EXERCISE OBJECTIVE: Everything from the first line of the entries below through the line holding "#10=(NAMED_UNIT(*)SI_UNIT($,.STERADIAN.)SOLID_ANGLE_UNIT());" must be printed exactly as written.

MATERIAL FOR THIS TASK:
* * * * * * * * *

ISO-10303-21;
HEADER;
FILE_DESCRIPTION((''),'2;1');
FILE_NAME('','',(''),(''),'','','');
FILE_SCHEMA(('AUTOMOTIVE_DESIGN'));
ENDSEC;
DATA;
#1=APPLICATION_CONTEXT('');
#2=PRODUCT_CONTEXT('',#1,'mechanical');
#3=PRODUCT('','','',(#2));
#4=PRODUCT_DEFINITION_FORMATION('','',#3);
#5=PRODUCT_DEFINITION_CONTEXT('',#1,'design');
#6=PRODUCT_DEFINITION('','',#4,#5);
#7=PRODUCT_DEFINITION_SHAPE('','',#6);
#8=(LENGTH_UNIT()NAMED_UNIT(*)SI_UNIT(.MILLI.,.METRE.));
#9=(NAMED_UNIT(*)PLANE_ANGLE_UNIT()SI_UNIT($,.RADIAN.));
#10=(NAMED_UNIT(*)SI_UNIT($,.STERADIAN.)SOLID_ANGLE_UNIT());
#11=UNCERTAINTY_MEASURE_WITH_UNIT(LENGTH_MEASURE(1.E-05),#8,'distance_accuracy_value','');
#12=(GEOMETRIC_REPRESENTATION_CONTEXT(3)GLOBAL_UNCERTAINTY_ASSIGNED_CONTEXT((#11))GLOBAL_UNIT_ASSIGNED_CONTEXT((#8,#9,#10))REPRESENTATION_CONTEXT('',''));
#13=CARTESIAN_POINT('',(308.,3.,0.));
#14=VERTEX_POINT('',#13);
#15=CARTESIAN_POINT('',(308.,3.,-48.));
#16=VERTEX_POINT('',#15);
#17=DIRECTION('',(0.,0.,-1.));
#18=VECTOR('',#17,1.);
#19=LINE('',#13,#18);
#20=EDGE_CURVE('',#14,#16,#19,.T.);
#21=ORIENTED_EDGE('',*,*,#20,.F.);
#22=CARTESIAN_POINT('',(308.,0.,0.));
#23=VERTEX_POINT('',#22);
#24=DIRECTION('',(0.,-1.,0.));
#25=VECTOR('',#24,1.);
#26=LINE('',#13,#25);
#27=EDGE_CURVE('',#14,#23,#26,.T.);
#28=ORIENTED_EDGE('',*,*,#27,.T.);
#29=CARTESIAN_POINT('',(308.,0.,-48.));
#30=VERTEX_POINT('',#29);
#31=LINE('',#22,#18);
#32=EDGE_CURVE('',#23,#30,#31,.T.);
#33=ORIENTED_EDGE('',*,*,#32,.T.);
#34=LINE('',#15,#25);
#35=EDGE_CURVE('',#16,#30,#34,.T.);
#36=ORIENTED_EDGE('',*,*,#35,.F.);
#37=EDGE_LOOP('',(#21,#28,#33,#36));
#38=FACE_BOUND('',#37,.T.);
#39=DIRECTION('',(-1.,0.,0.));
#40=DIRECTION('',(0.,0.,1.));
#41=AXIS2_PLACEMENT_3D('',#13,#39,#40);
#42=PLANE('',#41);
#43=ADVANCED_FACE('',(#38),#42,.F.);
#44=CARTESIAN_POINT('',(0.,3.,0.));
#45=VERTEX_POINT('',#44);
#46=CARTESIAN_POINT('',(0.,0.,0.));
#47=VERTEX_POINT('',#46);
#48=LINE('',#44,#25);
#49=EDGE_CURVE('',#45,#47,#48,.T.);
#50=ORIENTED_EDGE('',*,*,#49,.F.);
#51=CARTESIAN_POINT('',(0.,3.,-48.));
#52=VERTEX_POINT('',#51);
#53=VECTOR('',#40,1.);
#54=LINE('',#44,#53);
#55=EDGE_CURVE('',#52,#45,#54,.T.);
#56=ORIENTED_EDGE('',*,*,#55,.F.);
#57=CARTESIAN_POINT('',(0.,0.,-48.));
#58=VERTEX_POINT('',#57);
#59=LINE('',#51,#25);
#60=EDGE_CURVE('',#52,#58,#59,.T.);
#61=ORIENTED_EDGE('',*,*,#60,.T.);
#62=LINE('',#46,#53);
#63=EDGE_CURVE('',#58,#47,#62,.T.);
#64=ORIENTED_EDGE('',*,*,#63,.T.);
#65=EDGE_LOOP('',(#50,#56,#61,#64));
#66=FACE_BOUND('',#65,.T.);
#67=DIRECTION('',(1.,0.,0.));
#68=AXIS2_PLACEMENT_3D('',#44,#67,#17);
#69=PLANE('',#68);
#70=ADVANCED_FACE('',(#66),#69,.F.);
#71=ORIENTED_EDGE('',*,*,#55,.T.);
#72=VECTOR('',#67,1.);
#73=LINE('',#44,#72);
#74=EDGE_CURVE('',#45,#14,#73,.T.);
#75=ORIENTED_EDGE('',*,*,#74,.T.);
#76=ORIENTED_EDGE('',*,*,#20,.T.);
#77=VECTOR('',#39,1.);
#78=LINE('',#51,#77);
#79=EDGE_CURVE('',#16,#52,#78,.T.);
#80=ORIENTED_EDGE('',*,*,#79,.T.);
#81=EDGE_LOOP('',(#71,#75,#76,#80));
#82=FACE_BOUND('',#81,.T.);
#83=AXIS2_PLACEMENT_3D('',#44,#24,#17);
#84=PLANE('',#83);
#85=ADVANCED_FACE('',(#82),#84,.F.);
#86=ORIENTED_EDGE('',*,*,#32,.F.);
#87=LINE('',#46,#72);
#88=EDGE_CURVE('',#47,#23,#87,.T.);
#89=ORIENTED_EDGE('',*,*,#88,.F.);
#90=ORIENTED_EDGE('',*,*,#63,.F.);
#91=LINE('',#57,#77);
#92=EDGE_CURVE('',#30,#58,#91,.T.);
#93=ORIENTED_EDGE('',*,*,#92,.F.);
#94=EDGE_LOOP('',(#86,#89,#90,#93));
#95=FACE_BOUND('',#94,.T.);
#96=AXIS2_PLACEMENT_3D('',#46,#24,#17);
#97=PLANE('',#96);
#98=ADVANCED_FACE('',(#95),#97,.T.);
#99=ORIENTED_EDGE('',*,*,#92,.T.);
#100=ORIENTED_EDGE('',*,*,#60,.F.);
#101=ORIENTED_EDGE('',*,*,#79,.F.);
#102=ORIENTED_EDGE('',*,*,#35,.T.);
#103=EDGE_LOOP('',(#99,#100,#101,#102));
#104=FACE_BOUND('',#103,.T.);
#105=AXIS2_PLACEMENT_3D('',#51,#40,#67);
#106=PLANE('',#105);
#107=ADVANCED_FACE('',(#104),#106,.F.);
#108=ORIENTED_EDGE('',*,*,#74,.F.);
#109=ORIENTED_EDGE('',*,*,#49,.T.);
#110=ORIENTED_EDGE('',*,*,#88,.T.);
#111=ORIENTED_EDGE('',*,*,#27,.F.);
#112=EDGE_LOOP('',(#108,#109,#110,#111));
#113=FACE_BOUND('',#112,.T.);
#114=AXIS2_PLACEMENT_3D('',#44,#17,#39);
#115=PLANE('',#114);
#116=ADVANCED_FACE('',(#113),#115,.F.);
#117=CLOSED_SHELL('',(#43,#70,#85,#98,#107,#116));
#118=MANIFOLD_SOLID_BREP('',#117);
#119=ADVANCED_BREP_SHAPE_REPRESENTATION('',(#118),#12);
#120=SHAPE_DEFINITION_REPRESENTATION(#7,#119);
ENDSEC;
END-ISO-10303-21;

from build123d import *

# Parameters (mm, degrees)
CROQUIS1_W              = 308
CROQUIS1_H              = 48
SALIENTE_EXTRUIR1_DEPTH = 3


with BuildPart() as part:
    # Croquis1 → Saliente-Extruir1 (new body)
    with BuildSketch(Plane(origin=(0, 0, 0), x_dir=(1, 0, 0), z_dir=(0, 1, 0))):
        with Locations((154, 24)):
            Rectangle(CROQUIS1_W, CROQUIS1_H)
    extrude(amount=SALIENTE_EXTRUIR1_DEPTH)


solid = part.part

* * * * * * * * *

TASK OUTPUT:
ISO-10303-21;
HEADER;
FILE_DESCRIPTION((''),'2;1');
FILE_NAME('','',(''),(''),'','','');
FILE_SCHEMA(('AUTOMOTIVE_DESIGN'));
ENDSEC;
DATA;
#1=APPLICATION_CONTEXT('');
#2=PRODUCT_CONTEXT('',#1,'mechanical');
#3=PRODUCT('','','',(#2));
#4=PRODUCT_DEFINITION_FORMATION('','',#3);
#5=PRODUCT_DEFINITION_CONTEXT('',#1,'design');
#6=PRODUCT_DEFINITION('','',#4,#5);
#7=PRODUCT_DEFINITION_SHAPE('','',#6);
#8=(LENGTH_UNIT()NAMED_UNIT(*)SI_UNIT(.MILLI.,.METRE.));
#9=(NAMED_UNIT(*)PLANE_ANGLE_UNIT()SI_UNIT($,.RADIAN.));
#10=(NAMED_UNIT(*)SI_UNIT($,.STERADIAN.)SOLID_ANGLE_UNIT());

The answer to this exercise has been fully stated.